= Redd Griffin =

American politician

Redd F. Griffin (December 3, 1938 - November 20, 2012) was a prominent member of the community of Oak Park, Illinois. He served as a member of the Illinois General Assembly from 1980 to 1983, representing the state's 21st legislative district, which included Oak Park and neighboring areas. He was a leading supporter of several local organizations in the Oak Park area, and for many years served as a trustee of Shimer College.

==Early life and education==

As a child, Griffin lived on the grounds of the Chicago-Read Mental Health Center, then known as the Illinois State Mental Hospital, where his father was superintendent. He commuted from there to Oak Park to study at the Bishop Quarter Junior Military Academy.

Griffin attended high school for two years at the Oak Park and River Forest High School. In 1954, he left high school to attend Shimer College, a small Great Books college then located in Mount Carroll, Illinois, where he enrolled through the school's early entrance program. He attended on a scholarship from the Ford Foundation, which funded the early entrance program during this period.

Griffin left Shimer in 1958 to work in production at WTTW, Chicago's public television station. He returned to Shimer in 1959, graduating with an AB degree in 1960.

Griffin subsequently studied at the postgraduate level at Chicago State University, Northwestern University, and Columbia College of Chicago. He served in the Army Security Agency from 1961 to 1964. There he founded "Das Tor," an organization dedicated to improving understanding between Americans and Europeans.

==Political career==

Griffin was a lifelong member of the United States Republican Party. In 1960, as a member of the Young Republicans, he co-chaired a committee dedicated to commemorating the 100th anniversary of the nomination of Abraham Lincoln for the presidency.

Griffin first took political office as a trustee of Oak Park Township in Cook County. He was appointed to the Illinois General Assembly upon the death of Rep.
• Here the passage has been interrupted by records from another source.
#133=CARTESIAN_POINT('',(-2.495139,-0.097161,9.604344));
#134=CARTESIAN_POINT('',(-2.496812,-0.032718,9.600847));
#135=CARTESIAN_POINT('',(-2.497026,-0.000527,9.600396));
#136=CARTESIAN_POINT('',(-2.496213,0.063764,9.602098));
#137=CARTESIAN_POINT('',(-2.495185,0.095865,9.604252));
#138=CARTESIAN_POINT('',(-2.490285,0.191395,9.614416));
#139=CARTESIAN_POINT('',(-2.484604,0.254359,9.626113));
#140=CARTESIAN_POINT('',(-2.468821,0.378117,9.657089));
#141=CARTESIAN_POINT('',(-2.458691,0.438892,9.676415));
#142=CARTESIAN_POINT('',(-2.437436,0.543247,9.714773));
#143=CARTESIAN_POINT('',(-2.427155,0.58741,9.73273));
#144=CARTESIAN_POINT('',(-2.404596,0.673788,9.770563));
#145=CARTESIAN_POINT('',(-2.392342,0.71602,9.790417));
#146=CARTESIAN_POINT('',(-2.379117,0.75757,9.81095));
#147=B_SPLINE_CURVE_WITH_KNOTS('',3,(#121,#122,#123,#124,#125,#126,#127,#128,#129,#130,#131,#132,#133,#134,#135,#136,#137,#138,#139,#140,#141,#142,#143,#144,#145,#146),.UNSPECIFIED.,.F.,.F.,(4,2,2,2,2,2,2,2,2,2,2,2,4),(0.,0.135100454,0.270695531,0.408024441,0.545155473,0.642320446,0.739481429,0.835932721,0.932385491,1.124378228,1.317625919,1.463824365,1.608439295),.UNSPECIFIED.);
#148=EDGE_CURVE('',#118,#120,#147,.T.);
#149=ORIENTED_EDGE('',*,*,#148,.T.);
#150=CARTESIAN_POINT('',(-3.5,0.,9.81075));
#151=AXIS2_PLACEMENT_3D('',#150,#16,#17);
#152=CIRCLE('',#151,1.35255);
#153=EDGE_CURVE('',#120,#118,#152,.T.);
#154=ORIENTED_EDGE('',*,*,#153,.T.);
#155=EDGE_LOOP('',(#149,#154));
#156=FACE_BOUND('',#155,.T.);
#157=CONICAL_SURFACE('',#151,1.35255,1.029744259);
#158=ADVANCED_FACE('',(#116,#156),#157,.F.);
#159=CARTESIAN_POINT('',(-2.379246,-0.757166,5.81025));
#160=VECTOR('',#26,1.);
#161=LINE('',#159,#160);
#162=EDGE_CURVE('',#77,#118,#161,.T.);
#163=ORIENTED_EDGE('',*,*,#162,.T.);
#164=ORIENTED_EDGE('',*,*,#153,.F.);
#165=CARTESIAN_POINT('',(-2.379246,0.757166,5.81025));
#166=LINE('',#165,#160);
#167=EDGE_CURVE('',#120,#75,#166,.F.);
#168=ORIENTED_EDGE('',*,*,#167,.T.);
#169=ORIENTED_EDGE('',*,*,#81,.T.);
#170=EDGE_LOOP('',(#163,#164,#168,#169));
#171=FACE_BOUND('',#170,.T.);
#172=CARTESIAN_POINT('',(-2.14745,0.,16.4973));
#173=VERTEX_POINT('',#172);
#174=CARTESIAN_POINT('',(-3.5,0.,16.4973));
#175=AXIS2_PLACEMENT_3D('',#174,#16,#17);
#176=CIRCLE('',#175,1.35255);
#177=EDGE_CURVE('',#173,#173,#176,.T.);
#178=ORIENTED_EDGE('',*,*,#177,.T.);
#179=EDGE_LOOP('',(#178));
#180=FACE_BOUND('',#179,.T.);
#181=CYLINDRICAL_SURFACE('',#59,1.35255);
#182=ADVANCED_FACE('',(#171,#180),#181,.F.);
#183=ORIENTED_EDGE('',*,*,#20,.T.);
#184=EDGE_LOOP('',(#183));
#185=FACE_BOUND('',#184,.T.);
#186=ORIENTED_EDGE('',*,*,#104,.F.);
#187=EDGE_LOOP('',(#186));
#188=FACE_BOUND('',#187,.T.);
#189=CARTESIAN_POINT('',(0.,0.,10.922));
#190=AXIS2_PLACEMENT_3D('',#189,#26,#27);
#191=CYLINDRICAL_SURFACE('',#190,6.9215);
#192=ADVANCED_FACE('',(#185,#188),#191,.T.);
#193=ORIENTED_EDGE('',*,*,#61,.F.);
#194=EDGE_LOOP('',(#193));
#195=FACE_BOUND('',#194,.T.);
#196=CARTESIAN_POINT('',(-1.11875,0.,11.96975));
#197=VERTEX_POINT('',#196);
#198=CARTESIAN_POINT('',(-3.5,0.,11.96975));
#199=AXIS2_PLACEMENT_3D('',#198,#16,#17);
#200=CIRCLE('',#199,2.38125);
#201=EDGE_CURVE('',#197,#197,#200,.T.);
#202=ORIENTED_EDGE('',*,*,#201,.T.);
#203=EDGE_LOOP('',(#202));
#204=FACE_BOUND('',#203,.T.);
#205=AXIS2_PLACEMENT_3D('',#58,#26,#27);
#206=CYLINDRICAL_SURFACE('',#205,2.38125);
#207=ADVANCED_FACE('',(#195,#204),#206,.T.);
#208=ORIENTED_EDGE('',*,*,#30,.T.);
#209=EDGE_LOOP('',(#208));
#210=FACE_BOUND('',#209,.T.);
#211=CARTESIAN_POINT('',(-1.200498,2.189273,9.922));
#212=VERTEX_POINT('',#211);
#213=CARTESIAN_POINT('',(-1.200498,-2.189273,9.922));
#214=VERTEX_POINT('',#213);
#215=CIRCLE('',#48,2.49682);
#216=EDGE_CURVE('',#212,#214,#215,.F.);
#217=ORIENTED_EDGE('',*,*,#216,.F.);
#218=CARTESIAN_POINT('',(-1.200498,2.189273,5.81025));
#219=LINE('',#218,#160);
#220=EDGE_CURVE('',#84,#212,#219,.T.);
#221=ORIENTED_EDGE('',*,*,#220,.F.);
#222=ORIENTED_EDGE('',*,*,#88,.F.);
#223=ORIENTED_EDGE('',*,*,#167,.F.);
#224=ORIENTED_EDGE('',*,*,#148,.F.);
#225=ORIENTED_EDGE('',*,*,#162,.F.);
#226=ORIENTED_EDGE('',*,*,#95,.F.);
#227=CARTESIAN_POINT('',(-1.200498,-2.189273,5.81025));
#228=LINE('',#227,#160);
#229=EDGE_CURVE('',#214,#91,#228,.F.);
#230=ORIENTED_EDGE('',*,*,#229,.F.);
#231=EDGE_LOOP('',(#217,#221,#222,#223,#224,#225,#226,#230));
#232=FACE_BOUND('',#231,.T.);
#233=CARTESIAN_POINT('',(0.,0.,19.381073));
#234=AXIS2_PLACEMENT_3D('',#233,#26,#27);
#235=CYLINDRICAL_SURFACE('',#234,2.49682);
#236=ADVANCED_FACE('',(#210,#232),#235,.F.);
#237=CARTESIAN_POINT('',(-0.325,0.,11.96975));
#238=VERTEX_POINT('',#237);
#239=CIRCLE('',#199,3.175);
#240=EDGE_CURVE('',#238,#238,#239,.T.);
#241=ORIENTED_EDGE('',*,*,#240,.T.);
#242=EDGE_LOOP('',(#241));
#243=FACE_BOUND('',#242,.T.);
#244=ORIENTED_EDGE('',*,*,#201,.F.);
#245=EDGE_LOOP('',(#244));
Vincent Molloy in 1980, won election that same year, and served as a member of the state's 81st and 82nd General Assemblies. As a member of the Illinois General Assembly, Griffin sponsored legislation dealing with local issues, including a resolution calling for a study of violence on mass transit.

==Nonprofit and educational work==

Griffin was a member of the faculty of Triton College in River Grove, Illinois from 1997 to 2012, where he taught philosophy.

Griffin was deeply involved in the study of the local history of Oak Park. In an interview conducted with the local Oak Park newspaper a few months before his death, he said that "I want to keep the continuity with the past alive." He served as a founding trustee of several key local organizations in Oak Park, including the Frank Lloyd Wright Home and Studio Foundation, the Hemingway Foundation, and the Oak Park Visitors Center. He also served on the board of the Illinois State Historical Society, and also as a trustee of his alma mater Shimer College.

Griffin contributed to a 1999 Japanese edited volume on Hemingway titled Heminguwei no jidai : tanpen shosetsu o yomu.